Pembangunan rumah adat Wae Rebo harus melalui upacara adat terlebih dahulu. Persiapan pembangunannya
membutuhkan waktu hingga setahun, dan dibangun secara gotong royong oleh masyarakat Wae Rebo. Bahan-bahan
bangunannya diambil secukupnya dari hutan yang mengelilingi Desa Adat Wae Rebo. Dibuat dari bahan kayu Worok,
papan lantai dari kayu Ajang, balok-balok dari kayu Uwu dan atap menggunakan daun lontar yang ditutup dengan
ijuk, membentang dari ujung atap sampai hampir menyentuh tanah.
Mbaru Niang berfungsi sebagai tempat tinggal keluarga, masing-masing Niang terdiri dari 6 – 8 keluarga. Terdiri dari
lima lantai, masing-masing lantainya memiliki fungsi. Lantai pertama disebut Lutur, berfungsi untuk tempat tinggal
dan berkumpul keluarga.
Bentuk rumah panggung yang diterapkan menjadi rumah yang sesuai untuk kondisi alam di sekitar Desa Wae Rebo.
Berdasarkan letak geografisnya, desa Wae Rebo berada pada wilayah gempa dan hutan liar, sehingga aman bencana
dan menjadi tempat perlindungan dari hewan buas.
Donomulyo adalah sebuah desa di Kabupaten Malang, Provinsi Jawa Timur, Indonesia yang secara
struktural merupakan bagian integral tak terpisahkan dari sistem perwilayahan Kecamatan Donomulyo.

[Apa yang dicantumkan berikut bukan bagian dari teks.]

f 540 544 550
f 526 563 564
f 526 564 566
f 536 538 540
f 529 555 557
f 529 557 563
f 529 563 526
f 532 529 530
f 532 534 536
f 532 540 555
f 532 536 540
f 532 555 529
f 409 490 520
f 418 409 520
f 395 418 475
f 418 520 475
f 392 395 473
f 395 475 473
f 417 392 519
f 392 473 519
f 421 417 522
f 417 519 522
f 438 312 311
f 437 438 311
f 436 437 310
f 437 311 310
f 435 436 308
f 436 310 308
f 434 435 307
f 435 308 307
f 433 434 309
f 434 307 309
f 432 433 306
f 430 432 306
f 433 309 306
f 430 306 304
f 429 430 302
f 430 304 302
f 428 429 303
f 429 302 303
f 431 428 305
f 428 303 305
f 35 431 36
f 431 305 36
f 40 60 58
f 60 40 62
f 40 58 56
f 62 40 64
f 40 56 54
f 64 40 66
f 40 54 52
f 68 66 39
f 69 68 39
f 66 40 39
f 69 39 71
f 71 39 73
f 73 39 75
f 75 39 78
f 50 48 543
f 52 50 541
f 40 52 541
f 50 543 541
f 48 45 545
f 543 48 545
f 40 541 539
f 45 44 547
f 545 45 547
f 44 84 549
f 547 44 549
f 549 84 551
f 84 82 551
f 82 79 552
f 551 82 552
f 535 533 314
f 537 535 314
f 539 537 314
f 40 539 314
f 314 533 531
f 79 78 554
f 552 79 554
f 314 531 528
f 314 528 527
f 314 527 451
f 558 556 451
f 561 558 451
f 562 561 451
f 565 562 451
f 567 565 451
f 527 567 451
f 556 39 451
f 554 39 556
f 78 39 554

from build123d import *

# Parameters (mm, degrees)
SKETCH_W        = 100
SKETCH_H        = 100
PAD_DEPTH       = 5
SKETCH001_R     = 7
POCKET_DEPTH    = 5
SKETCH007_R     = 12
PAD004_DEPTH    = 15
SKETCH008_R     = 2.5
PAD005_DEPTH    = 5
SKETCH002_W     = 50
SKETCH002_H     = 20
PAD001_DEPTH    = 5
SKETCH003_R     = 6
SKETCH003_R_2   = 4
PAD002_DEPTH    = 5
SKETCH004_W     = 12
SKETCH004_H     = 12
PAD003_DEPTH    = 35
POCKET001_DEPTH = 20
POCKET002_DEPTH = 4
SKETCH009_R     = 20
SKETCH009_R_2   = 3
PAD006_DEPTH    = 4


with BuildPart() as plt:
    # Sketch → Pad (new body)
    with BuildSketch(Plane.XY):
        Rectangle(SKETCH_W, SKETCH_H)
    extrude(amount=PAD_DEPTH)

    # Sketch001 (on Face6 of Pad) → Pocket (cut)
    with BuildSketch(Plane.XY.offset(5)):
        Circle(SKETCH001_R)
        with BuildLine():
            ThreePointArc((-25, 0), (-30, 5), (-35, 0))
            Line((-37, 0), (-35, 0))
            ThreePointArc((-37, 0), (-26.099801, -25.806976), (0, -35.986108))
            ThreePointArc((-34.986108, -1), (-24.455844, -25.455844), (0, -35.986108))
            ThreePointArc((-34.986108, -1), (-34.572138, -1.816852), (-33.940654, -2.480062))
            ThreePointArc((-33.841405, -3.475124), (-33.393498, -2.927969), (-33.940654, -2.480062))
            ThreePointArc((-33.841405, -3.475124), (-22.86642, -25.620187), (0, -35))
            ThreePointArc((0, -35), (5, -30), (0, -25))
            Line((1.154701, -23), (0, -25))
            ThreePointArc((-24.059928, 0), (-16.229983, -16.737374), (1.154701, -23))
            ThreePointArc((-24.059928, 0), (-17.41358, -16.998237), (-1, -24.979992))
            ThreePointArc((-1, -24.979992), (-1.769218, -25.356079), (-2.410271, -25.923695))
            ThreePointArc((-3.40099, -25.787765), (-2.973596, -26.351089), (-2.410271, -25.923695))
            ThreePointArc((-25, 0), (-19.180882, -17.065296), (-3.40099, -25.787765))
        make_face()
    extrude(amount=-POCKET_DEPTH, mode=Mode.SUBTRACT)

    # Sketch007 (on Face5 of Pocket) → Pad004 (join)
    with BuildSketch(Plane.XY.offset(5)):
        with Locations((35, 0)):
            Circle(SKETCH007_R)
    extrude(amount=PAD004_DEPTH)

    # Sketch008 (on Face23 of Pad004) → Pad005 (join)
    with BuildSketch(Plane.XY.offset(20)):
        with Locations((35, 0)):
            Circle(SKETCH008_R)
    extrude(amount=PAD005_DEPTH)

Desa
yang jumlah penduduknya sebanyak 11.840 jiwa ini memiliki potensi yang cukup banyak, baik potensi yang
sudah dimanfaatkan maupun yang belum dimanfaatkan secara maksimal. Potensi sumber daya alam maupun
sumber daya manusia perlu terus digali dan dikembangkan untuk kemakmuran masyarakat secara umum.
Salah satu potensi yang sangat terlihat jelas adalah sektor perkebunan. Hal ini didasarkan dengan adanya
banyak wilayah pertanahan yang dimanfaatkan untuk perkebunan seperti tebu, sengon, jati, dan kelapa yang
memiliki luas 76 ha. Menurut Pak Sugianto selaku Sekretaris Desa, sebagian lahan seluas 51 ha didominasi
dengan tanaman tebu sekaligus menjadi komoditas unggulan desa. Namun selama ini sekitar 90% hasil dari
perkebunan tebu tersebut dikirim ke pabrik gula secara langsung sehingga masyarakat belum bisa
mendapatkan hasil panen secara maksimal. Untuk itu kedepannya masyarakat diharapkan mampu untuk
mengolah hasil panen tebu menjadi minuman tebu, es krim tebu, dan olahan makanan lainnya. Dengan
mengolah hasil panen tersebut diharapkan masyarakat dapat mengambil keuntungan lebih maksimal
daripada mengirim tebu utuh secara langsung.